## ACTIVITY
Every line below between the one holding "f 103 46 102" and the one holding "f 171 133 134", inclusive, should be copied exactly, and no other line.

## GIVEN RECORDS
= Beginning of Section =
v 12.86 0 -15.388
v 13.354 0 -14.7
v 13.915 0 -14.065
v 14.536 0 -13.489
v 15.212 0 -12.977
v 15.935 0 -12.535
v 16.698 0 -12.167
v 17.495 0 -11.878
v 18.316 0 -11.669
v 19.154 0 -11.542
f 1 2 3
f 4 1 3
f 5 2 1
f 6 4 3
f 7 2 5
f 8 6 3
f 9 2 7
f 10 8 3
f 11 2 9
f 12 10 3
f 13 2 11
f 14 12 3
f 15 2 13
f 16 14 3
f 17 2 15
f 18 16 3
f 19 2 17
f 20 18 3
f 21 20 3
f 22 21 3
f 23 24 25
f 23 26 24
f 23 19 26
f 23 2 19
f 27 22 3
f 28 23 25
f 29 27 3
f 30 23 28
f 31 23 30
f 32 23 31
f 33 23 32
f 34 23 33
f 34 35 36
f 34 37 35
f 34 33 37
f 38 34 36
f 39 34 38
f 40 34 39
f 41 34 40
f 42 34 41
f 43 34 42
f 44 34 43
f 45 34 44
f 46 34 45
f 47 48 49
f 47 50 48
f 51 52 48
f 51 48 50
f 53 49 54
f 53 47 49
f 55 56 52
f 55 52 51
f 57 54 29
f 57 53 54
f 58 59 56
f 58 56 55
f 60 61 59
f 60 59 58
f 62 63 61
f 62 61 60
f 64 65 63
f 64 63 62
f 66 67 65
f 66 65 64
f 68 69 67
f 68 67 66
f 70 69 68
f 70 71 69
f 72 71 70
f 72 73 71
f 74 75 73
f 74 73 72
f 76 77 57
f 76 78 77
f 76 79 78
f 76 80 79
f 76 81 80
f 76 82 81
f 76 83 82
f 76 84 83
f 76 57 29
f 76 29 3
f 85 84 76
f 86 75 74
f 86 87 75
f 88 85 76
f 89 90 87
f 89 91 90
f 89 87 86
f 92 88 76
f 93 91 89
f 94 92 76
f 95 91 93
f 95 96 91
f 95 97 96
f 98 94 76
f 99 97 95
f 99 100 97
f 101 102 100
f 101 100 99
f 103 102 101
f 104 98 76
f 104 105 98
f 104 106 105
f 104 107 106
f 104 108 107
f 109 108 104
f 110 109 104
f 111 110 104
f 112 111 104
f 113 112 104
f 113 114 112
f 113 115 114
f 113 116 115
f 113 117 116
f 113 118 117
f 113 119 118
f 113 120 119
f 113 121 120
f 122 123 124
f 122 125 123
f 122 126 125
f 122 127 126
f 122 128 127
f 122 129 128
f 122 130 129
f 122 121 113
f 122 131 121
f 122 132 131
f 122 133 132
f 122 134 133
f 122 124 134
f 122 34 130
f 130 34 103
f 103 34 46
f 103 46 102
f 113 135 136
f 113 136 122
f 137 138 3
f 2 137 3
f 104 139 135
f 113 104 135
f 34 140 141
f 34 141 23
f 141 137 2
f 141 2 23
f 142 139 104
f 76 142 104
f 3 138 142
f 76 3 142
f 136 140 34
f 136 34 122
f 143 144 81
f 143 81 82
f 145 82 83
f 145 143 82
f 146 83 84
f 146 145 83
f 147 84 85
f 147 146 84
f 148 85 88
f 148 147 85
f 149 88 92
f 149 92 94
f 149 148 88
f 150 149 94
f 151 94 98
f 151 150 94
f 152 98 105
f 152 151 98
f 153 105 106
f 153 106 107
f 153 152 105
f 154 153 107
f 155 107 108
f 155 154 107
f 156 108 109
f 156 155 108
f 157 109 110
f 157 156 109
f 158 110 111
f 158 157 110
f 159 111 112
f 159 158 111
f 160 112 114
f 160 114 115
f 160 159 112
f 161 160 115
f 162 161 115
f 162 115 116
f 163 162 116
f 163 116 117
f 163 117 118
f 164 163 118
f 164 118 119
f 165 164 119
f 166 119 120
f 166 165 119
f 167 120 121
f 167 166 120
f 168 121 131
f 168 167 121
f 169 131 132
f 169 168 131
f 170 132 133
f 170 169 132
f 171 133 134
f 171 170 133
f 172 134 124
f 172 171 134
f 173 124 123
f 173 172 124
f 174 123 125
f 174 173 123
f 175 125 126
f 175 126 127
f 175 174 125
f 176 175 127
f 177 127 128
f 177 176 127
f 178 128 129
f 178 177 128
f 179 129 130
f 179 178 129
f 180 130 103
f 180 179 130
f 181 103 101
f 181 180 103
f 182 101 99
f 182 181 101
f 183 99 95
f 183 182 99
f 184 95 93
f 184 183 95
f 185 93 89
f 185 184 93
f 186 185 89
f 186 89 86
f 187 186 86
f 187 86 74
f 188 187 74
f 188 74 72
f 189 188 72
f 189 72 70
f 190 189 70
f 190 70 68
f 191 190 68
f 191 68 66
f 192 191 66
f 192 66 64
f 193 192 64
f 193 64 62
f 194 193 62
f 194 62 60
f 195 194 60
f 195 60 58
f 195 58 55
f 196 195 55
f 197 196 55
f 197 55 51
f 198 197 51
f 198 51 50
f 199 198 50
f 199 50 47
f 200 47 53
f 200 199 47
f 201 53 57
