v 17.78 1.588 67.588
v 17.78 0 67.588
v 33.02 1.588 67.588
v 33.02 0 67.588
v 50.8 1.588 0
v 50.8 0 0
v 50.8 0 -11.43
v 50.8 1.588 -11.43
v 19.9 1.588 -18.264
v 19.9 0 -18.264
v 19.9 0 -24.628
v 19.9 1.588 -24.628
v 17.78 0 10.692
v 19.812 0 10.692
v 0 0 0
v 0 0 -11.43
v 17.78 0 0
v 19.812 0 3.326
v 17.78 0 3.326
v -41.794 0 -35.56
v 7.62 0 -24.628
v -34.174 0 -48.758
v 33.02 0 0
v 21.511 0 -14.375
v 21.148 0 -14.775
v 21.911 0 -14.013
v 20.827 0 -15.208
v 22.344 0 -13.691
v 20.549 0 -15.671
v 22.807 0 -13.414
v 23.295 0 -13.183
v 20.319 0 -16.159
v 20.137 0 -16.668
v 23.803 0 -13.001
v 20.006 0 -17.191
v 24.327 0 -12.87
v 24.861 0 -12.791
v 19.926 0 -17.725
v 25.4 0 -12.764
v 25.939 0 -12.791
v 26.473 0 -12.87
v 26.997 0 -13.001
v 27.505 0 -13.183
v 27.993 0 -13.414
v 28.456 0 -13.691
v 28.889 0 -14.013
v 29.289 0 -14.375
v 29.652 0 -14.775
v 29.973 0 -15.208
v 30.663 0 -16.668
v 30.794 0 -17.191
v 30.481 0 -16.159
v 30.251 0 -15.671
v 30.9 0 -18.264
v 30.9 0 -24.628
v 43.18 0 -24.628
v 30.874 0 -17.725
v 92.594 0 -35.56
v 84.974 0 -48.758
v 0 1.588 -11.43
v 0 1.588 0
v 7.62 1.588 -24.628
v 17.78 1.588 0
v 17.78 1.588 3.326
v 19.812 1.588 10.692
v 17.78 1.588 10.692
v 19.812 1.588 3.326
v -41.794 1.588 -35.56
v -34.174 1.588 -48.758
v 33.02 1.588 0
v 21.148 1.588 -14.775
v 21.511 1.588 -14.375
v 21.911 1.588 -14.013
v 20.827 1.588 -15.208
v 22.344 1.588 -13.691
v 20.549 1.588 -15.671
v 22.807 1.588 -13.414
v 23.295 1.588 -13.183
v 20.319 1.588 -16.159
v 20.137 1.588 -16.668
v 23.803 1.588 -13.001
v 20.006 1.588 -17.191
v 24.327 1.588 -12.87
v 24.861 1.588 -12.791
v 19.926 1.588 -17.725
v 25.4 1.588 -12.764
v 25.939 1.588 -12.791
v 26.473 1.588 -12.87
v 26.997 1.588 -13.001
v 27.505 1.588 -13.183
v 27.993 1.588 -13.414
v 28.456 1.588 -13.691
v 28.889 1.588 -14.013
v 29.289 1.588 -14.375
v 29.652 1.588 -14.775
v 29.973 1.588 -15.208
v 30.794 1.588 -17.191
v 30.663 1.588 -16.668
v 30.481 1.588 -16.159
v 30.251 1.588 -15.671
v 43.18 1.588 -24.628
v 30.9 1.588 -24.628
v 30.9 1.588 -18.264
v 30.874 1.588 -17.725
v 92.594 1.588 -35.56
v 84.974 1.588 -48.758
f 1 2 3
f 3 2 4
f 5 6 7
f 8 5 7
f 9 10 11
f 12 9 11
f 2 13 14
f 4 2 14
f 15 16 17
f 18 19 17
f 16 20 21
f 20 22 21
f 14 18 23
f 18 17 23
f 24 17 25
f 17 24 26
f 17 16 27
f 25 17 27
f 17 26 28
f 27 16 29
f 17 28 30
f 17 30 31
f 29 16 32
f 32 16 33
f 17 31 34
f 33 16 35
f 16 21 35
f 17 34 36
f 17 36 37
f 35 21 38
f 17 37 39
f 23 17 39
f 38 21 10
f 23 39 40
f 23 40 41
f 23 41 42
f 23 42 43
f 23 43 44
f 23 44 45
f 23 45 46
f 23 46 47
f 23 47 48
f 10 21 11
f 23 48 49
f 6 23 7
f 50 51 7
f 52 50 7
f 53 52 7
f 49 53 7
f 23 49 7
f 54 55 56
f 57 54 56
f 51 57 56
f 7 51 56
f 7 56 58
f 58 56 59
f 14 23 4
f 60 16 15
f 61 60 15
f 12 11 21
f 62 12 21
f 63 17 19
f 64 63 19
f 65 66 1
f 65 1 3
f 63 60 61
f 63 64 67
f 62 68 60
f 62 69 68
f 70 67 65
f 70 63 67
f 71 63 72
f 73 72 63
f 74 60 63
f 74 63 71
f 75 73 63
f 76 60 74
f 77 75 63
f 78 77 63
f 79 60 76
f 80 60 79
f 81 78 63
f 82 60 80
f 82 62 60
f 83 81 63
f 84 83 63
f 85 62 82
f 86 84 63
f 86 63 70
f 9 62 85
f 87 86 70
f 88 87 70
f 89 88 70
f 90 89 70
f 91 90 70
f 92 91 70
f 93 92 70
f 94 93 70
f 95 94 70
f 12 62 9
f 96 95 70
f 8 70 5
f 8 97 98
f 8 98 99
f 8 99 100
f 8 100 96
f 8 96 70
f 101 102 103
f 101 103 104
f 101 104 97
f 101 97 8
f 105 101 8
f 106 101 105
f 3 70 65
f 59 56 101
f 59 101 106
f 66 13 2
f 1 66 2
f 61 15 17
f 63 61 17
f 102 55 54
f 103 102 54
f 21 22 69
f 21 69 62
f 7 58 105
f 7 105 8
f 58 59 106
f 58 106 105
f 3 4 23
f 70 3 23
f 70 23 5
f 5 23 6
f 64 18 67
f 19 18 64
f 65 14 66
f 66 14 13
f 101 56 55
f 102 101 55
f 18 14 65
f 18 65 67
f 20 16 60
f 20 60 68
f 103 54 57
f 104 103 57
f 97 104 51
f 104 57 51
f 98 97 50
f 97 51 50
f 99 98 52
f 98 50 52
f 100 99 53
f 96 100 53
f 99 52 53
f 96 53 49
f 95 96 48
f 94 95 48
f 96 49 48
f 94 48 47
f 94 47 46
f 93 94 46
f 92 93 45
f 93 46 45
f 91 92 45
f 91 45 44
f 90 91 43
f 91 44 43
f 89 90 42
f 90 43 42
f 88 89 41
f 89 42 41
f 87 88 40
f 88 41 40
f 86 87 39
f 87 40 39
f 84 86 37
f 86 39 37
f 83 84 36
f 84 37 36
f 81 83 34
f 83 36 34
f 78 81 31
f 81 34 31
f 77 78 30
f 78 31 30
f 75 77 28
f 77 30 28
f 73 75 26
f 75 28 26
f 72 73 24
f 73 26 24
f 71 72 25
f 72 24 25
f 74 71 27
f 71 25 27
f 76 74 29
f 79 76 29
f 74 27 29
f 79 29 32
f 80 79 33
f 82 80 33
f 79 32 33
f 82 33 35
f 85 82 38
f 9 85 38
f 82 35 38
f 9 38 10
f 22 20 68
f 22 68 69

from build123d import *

# Parameters (mm, degrees)
SKETCH1_W           = 15.24
SKETCH1_H           = 19.327878735
SKETCH1_H_2         = 48.26
BOSS_EXTRUDE2_DEPTH = 1.5875
SKETCH6_W           = 2.032
SKETCH6_H           = 7.366
CUT_EXTRUDE4_DEPTH  = 2.54


with BuildPart() as part:
    # Sketch1 → Boss-Extrude2 (new body)
    with BuildSketch(Plane(origin=(0, 0, 0), x_dir=(1, 0, 0), z_dir=(0, 1, 0))):
        Polygon((50.8, 11.43), (0, 11.43), (0, 0), (17.78, 0), (33.02, 0), (50.8, 0), align=None)
        with BuildLine():
            Line((7.62, 24.628227154), (0, 11.43))
            Line((0, 11.43), (50.8, 11.43))
            Line((50.8, 11.43), (43.18, 24.628227154))
            Line((43.18, 24.628227154), (30.9, 24.628227154))
            Line((30.9, 24.628227154), (30.9, 18.264121265))
            ThreePointArc((30.9, 18.264121265), (25.4, 12.764121265), (19.9, 18.264121265))
            Line((19.9, 18.264121265), (19.9, 24.628227154))
            Line((19.9, 24.628227154), (7.62, 24.628227154))
        make_face()
        with Locations((25.4, -9.663939368)):
            Rectangle(SKETCH1_W, SKETCH1_H)
        Polygon((-41.794385987, 35.56), (-34.174385987, 48.758227154), (7.62, 24.628227154), (0, 11.43), align=None)
        with Locations((25.4, -43.457878735)):
            Rectangle(SKETCH1_W, SKETCH1_H_2)
        Polygon((84.974385987, 48.758227154), (92.594385987, 35.56), (50.8, 11.43), (43.18, 24.628227154), align=None)
    extrude(amount=BOSS_EXTRUDE2_DEPTH)

    # Sketch6 → Cut-Extrude4 (cut)
    with BuildSketch(Plane(origin=(0, 0, 0), x_dir=(-1, 0, 0), z_dir=(0, -1, 0))):
        with Locations((-18.796, -7.008878735)):
            Rectangle(SKETCH6_W, SKETCH6_H)
    extrude(amount=-CUT_EXTRUDE4_DEPTH, mode=Mode.SUBTRACT)


solid = part.part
= End of Section =
## FINAL ANSWER
f 103 46 102
f 113 135 136
f 113 136 122
f 137 138 3
f 2 137 3
f 104 139 135
f 113 104 135
f 34 140 141
f 34 141 23
f 141 137 2
f 141 2 23
f 142 139 104
f 76 142 104
f 3 138 142
f 76 3 142
f 136 140 34
f 136 34 122
f 143 144 81
f 143 81 82
f 145 82 83
f 145 143 82
f 146 83 84
f 146 145 83
f 147 84 85
f 147 146 84
f 148 85 88
f 148 147 85
f 149 88 92
f 149 92 94
f 149 148 88
f 150 149 94
f 151 94 98
f 151 150 94
f 152 98 105
f 152 151 98
f 153 105 106
f 153 106 107
f 153 152 105
f 154 153 107
f 155 107 108
f 155 154 107
f 156 108 109
f 156 155 108
f 157 109 110
f 157 156 109
f 158 110 111
f 158 157 110
f 159 111 112
f 159 158 111
f 160 112 114
f 160 114 115
f 160 159 112
f 161 160 115
f 162 161 115
f 162 115 116
f 163 162 116
f 163 116 117
f 163 117 118
f 164 163 118
f 164 118 119
f 165 164 119
f 166 119 120
f 166 165 119
f 167 120 121
f 167 166 120
f 168 121 131
f 168 167 121
f 169 131 132
f 169 168 131
f 170 132 133
f 170 169 132
f 171 133 134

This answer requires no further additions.